А мне как, радоваться за то, что «у них» - ещё «минус два», и что майор пока не видел связанного товарища? Что Боря просто очумел от страха, что на остальных своих коллег майор рассчитывать не захочет, что если уж мне неудобно за Борю и как-то безотрадно от этих ошалелых ребят, привыкших, что им всегда подчиняются, то – я это чувствую – майору, скорее всего, совсем не по себе – и мне никак не хочется радоваться. С другой стороны, что они тут делают и чего ради должны рисковать? Я хочу продолжения тишины, но ноги сами идут к связанному ППСнику, просто убедиться, что он в порядке… Неожиданно передо мною возник парень в жилете и остановил меня рукою. Он подошёл к связанному и потрепал его за плечо. Тот молча дёрнулся всем телом.
- Ну и славно. А то у меня уже сомненья зашкаливали, - тихо, скорее всего, только для меня, проговорил «Жилет».
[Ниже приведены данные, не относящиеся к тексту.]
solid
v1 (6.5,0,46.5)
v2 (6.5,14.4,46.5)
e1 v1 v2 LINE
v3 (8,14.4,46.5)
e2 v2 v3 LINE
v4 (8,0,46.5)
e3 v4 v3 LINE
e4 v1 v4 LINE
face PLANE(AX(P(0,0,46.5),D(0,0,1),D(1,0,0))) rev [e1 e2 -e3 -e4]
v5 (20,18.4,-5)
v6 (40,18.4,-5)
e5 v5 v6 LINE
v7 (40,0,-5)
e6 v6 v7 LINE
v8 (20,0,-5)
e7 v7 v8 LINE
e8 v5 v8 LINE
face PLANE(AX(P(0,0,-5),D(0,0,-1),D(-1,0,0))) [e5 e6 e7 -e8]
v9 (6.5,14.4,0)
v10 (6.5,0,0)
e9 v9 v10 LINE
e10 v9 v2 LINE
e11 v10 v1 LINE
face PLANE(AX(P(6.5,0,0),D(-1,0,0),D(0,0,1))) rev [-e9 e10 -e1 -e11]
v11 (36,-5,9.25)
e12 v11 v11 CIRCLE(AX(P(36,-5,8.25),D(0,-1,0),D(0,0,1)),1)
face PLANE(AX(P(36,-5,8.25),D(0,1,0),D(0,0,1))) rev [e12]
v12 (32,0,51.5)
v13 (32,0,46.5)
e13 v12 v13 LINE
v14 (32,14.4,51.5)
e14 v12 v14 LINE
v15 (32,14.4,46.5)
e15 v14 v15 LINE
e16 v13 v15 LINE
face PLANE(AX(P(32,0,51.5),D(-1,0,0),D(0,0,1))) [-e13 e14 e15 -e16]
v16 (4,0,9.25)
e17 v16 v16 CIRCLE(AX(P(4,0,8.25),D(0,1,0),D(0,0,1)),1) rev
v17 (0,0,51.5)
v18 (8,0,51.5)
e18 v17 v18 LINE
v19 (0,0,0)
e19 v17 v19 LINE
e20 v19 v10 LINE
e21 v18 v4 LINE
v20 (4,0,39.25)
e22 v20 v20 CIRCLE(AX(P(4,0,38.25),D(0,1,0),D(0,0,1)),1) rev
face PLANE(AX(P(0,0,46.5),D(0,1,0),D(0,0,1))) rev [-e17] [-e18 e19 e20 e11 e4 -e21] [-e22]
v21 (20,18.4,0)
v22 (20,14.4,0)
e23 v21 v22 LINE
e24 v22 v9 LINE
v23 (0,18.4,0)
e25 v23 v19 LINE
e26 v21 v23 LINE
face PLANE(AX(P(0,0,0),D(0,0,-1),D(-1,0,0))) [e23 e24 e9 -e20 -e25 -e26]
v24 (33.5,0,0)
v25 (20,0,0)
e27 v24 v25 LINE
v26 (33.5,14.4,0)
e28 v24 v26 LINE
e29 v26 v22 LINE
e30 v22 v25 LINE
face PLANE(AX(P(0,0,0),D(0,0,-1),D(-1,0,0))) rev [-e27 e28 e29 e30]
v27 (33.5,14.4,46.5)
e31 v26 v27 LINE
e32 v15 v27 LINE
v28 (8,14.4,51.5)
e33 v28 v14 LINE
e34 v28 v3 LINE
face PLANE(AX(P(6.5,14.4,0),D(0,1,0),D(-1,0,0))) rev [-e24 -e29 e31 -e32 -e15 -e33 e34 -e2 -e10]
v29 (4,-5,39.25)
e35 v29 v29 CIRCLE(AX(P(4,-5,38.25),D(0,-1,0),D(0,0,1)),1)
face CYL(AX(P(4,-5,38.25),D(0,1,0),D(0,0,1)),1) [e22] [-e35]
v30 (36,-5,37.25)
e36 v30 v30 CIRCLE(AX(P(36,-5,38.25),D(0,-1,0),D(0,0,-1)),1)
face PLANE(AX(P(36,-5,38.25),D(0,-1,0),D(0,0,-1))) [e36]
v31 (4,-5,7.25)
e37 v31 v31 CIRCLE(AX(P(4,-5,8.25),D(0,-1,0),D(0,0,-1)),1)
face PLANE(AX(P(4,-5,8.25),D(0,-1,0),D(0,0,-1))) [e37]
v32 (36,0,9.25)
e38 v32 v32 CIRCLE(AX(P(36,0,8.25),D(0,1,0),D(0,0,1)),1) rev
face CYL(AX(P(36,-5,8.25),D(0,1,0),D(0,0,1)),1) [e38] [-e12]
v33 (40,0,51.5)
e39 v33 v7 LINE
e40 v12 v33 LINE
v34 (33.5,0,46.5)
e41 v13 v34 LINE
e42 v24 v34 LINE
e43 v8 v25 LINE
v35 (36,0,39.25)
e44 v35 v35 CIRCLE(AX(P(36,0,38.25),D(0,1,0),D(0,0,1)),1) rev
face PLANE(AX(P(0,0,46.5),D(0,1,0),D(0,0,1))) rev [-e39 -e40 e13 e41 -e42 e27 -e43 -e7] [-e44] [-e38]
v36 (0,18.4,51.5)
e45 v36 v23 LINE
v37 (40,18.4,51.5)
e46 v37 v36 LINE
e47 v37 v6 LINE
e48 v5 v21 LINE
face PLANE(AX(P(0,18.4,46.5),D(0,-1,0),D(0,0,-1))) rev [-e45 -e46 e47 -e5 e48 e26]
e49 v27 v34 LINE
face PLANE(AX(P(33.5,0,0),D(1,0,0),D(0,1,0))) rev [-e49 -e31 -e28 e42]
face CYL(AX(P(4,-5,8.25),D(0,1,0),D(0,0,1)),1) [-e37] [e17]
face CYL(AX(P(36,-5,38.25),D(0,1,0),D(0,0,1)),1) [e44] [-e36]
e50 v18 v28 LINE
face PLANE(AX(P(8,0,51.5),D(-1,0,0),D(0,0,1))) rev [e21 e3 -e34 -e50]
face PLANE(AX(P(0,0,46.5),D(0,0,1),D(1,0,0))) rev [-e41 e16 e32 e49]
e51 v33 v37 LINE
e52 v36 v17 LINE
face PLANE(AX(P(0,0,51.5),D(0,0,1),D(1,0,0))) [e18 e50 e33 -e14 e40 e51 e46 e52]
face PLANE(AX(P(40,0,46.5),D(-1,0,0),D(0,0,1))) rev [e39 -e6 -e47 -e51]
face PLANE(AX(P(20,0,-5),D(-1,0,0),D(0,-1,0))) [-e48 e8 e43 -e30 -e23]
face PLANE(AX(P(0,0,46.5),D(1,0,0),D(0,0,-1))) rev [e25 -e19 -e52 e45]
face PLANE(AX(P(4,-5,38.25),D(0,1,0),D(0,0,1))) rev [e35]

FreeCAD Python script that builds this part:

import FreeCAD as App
import Part
import Sketcher

doc = App.newDocument("Part")
body = doc.addObject("PartDesign::Body", "Body")

# Sketch on XY plane
sketch1 = body.newObject("Sketcher::SketchObject", "Sketch")
sketch1.AttachmentSupport = (doc.getObject("XY_Plane"), [""])
sketch1.MapMode = "FlatFace"
sketch1.addGeometry(Part.LineSegment(App.Vector(0, 18, 0), App.Vector(0, 0, 0)), False)
sketch1.addGeometry(Part.LineSegment(App.Vector(0, 0, 0), App.Vector(40, 0, 0)), False)
sketch1.addGeometry(Part.LineSegment(App.Vector(40, 0, 0), App.Vector(40, 18, 0)), False)
sketch1.addGeometry(Part.LineSegment(App.Vector(40, 18, 0), App.Vector(0, 18, 0)), False)
sketch1.addConstraint(Sketcher.Constraint("Coincident", 0, 2, 1, 1))
sketch1.addConstraint(Sketcher.Constraint("Coincident", 1, 2, 2, 1))
sketch1.addConstraint(Sketcher.Constraint("Coincident", 2, 2, 3, 1))
sketch1.addConstraint(Sketcher.Constraint("Coincident", 3, 2, 0, 1))
sketch1.addConstraint(Sketcher.Constraint("Vertical", 0))
sketch1.addConstraint(Sketcher.Constraint("Horizontal", 1))
sketch1.addConstraint(Sketcher.Constraint("Vertical", 2))
sketch1.addConstraint(Sketcher.Constraint("Horizontal", 3))
sketch1.addConstraint(Sketcher.Constraint("Coincident", 0, 2, -1, 1))
sketch1.addConstraint(Sketcher.Constraint("DistanceX", 1, 1, 1, 2, 40.0))
sketch1.addConstraint(Sketcher.Constraint("DistanceY", 0, 2, 0, 1, 18.4))
pad1 = body.newObject("PartDesign::Pad", "Pad")
pad1.Profile = sketch1
pad1.Length = 46.5

# Sketch on XY plane
sketch2 = body.newObject("Sketcher::SketchObject", "Sketch001")
sketch2.AttachmentSupport = (doc.getObject("XY_Plane"), [""])
sketch2.MapMode = "FlatFace"
sketch2.AttachmentOffset = App.Placement(App.Vector(0, 0, 46.5), App.Rotation())
sketch2.addGeometry(Part.LineSegment(App.Vector(6, 14, 0), App.Vector(6, 0, 0)), False)
sketch2.addGeometry(Part.LineSegment(App.Vector(6, 0, 0), App.Vector(34, 0, 0)), False)
sketch2.addGeometry(Part.LineSegment(App.Vector(34, 0, 0), App.Vector(34, 14, 0)), False)
sketch2.addGeometry(Part.LineSegment(App.Vector(34, 14, 0), App.Vector(6, 14, 0)), False)
sketch2.addConstraint(Sketcher.Constraint("Coincident", 0, 2, 1, 1))
sketch2.addConstraint(Sketcher.Constraint("Coincident", 1, 2, 2, 1))
sketch2.addConstraint(Sketcher.Constraint("Coincident", 2, 2, 3, 1))
sketch2.addConstraint(Sketcher.Constraint("Coincident", 3, 2, 0, 1))
sketch2.addConstraint(Sketcher.Constraint("Vertical", 0))
sketch2.addConstraint(Sketcher.Constraint("Horizontal", 1))
sketch2.addConstraint(Sketcher.Constraint("Vertical", 2))
sketch2.addConstraint(Sketcher.Constraint("Horizontal", 3))
sketch2.addConstraint(Sketcher.Constraint("PointOnObject", 0, 2, -1))
sketch2.addConstraint(Sketcher.Constraint("DistanceX", 1, 1, 1, 2, 27.0))
sketch2.addConstraint(Sketcher.Constraint("DistanceY", 0, 2, 0, 1, 14.4))
sketch2.addConstraint(Sketcher.Constraint("DistanceX", -1, 1, 0, 2, 6.5))
pocket1 = body.newObject("PartDesign::Pocket", "Pocket")
pocket1.Profile = sketch2
pocket1.Type = "ThroughAll"
pocket1.Midplane = True

# Sketch on XY plane
sketch3 = body.newObject("Sketcher::SketchObject", "Sketch002")
sketch3.AttachmentSupport = (doc.getObject("XY_Plane"), [""])
sketch3.MapMode = "FlatFace"
sketch3.AttachmentOffset = App.Placement(App.Vector(0, 0, 46.5), App.Rotation())
sketch3.addGeometry(Part.LineSegment(App.Vector(0, 18, 0), App.Vector(0, 0, 0)), False)
sketch3.addGeometry(Part.LineSegment(App.Vector(0, 0, 0), App.Vector(8, 0, 0)), False)
sketch3.addGeometry(Part.LineSegment(App.Vector(8, 0, 0), App.Vector(8, 14, 0)), False)
sketch3.addGeometry(Part.LineSegment(App.Vector(8, 14, 0), App.Vector(32, 14, 0)), False)
sketch3.addGeometry(Part.LineSegment(App.Vector(32, 14, 0), App.Vector(32, 0, 0)), False)
sketch3.addGeometry(Part.LineSegment(App.Vector(32, 0, 0), App.Vector(40, 0, 0)), False)
sketch3.addGeometry(Part.LineSegment(App.Vector(40, 0, 0), App.Vector(40, 18, 0)), False)
sketch3.addGeometry(Part.LineSegment(App.Vector(40, 18, 0), App.Vector(0, 18, 0)), False)
sketch3.addConstraint(Sketcher.Constraint("Coincident", 0, 2, 1, 1))
sketch3.addConstraint(Sketcher.Constraint("Coincident", 1, 2, 2, 1))
sketch3.addConstraint(Sketcher.Constraint("Coincident", 2, 2, 3, 1))
sketch3.addConstraint(Sketcher.Constraint("Coincident", 3, 2, 4, 1))
sketch3.addConstraint(Sketcher.Constraint("Coincident", 4, 2, 5, 1))
sketch3.addConstraint(Sketcher.Constraint("Coincident", 5, 2, 6, 1))
sketch3.addConstraint(Sketcher.Constraint("Coincident", 6, 2, 7, 1))
sketch3.addConstraint(Sketcher.Constraint("Coincident", 7, 2, 0, 1))
sketch3.addConstraint(Sketcher.Constraint("Vertical", 0))
sketch3.addConstraint(Sketcher.Constraint("Horizontal", 1))
sketch3.addConstraint(Sketcher.Constraint("Vertical", 2))
sketch3.addConstraint(Sketcher.Constraint("Horizontal", 3))
sketch3.addConstraint(Sketcher.Constraint("Vertical", 4))
sketch3.addConstraint(Sketcher.Constraint("Horizontal", 5))
sketch3.addConstraint(Sketcher.Constraint("Vertical", 6))
sketch3.addConstraint(Sketcher.Constraint("Horizontal", 7))
sketch3.addConstraint(Sketcher.Constraint("Coincident", 0, 2, -1, 1))
sketch3.addConstraint(Sketcher.Constraint("PointOnObject", 4, 2, -1))
sketch3.addConstraint(Sketcher.Constraint("Equal", 1, 5))
sketch3.addConstraint(Sketcher.Constraint("DistanceX", 1, 1, 1, 2, 8.0))
sketch3.addConstraint(Sketcher.Constraint("DistanceX", 3, 1, 3, 2, 24.0))
sketch3.addConstraint(Sketcher.Constraint("DistanceY", 0, 2, 0, 1, 18.4))
sketch3.addConstraint(Sketcher.Constraint("DistanceY", 2, 1, 2, 2, 14.4))
pad2 = body.newObject("PartDesign::Pad", "Pad001")
pad2.Profile = sketch3
pad2.Length = 5

# Sketch on XY plane
sketch4 = body.newObject("Sketcher::SketchObject", "Sketch003")
sketch4.AttachmentSupport = (doc.getObject("XY_Plane"), [""])
sketch4.MapMode = "FlatFace"
sketch4.addGeometry(Part.LineSegment(App.Vector(20, 18, 0), App.Vector(40, 18, 0)), False)
sketch4.addGeometry(Part.LineSegment(App.Vector(40, 18, 0), App.Vector(40, 0, 0)), False)
sketch4.addGeometry(Part.LineSegment(App.Vector(40, 0, 0), App.Vector(20, 0, 0)), False)
sketch4.addGeometry(Part.LineSegment(App.Vector(20, 0, 0), App.Vector(20, 18, 0)), False)
sketch4.addConstraint(Sketcher.Constraint("Coincident", 0, 2, 1, 1))
sketch4.addConstraint(Sketcher.Constraint("Coincident", 1, 2, 2, 1))
sketch4.addConstraint(Sketcher.Constraint("Coincident", 2, 2, 3, 1))
sketch4.addConstraint(Sketcher.Constraint("Coincident", 3, 2, 0, 1))
sketch4.addConstraint(Sketcher.Constraint("Horizontal", 0))
sketch4.addConstraint(Sketcher.Constraint("Vertical", 1))
sketch4.addConstraint(Sketcher.Constraint("Horizontal", 2))
sketch4.addConstraint(Sketcher.Constraint("Vertical", 3))
sketch4.addConstraint(Sketcher.Constraint("PointOnObject", 1, 2, -1))
sketch4.addConstraint(Sketcher.Constraint("DistanceX", 0, 1, 0, 2, 20.0))
sketch4.addConstraint(Sketcher.Constraint("DistanceY", 1, 2, 1, 1, 18.4))
sketch4.addConstraint(Sketcher.Constraint("DistanceX", -1, 1, 0, 2, 40.0))
pad3 = body.newObject("PartDesign::Pad", "Pad002")
pad3.Profile = sketch4
pad3.Length = 5
pad3.Reversed = True

# Sketch on XZ plane
sketch5 = body.newObject("Sketcher::SketchObject", "Sketch004")
sketch5.AttachmentSupport = (doc.getObject("XZ_Plane"), [""])
sketch5.MapMode = "FlatFace"
sketch5.addGeometry(Part.Circle(App.Vector(36, 38.2, 0), App.Vector(0, 0, 1), 1), False)
sketch5.addGeometry(Part.Circle(App.Vector(4, 38.2, 0), App.Vector(0, 0, 1), 1), False)
sketch5.addGeometry(Part.Circle(App.Vector(4, 8.2, 0), App.Vector(0, 0, 1), 1), False)
sketch5.addGeometry(Part.Circle(App.Vector(36, 8.2, 0), App.Vector(0, 0, 1), 1), False)
sketch5.addConstraint(Sketcher.Constraint("Equal", 0, 1))
sketch5.addConstraint(Sketcher.Constraint("Equal", 1, 2))
sketch5.addConstraint(Sketcher.Constraint("Equal", 2, 3))
sketch5.addConstraint(Sketcher.Constraint("Horizontal", 0, 3, 1, 3))
sketch5.addConstraint(Sketcher.Constraint("Horizontal", 2, 3, 3, 3))
sketch5.addConstraint(Sketcher.Constraint("Vertical", 1, 3, 2, 3))
sketch5.addConstraint(Sketcher.Constraint("Vertical", 0, 3, 3, 3))
sketch5.addConstraint(Sketcher.Constraint("Diameter", 0, 2.0))
sketch5.addConstraint(Sketcher.Constraint("DistanceX", -1, 1, 0, 3, 36.0))
sketch5.addConstraint(Sketcher.Constraint("DistanceX", -1, 1, 1, 3, 4.0))
sketch5.addConstraint(Sketcher.Constraint("DistanceY", 2, 3, 1, 3, 30.0))
sketch5.addConstraint(Sketcher.Constraint("DistanceY", -1, 1, 0, 3, 38.25))
pad4 = body.newObject("PartDesign::Pad", "Pad003")
pad4.Profile = sketch5
pad4.Length = 5

doc.recompute()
Подняться Боре так никто и не помог. Он медленно вставал, помогая себе отборным матом, и, шатаясь, поковылял на скрюченных ногах, пока не упёрся в УАЗик, и сел прямо на мокрую землю. Бедолага зашёлся в подступах рвоты и его, наконец, стошнило.

Я встал рядом с Крепышом. Его безразличная ухмылка показалась мне слишком наглой, чтобы ко мне возвратилось спокойствие. Я не знал, что ожидать от ментов, но ещё больше я не знал, что на сей раз отмочит команда Александра. «Сейчас остановлю первую же машину, посажу туда гаишника, попрошу довести до больницы. Потом...» - не успел помечтать я, как услышал:
- Запарил, майор, нельзя так долго думать. Мусор убери и валите отсюда.

Голос доносился от «Гелендвагена» - это был голос «Жилета». Он недвусмысленно приглашал на драку. «Миленькое дело, Саша, - я начал уставать от нахальства его парней, - вот здесь я, пожалуй, против. А тогда за кого я? И тех, и других я вижу первый раз в жизни… Соображай… Уже и не знаю, за кого, но, по азбучному правилу, я всегда против тех, кого можно купить».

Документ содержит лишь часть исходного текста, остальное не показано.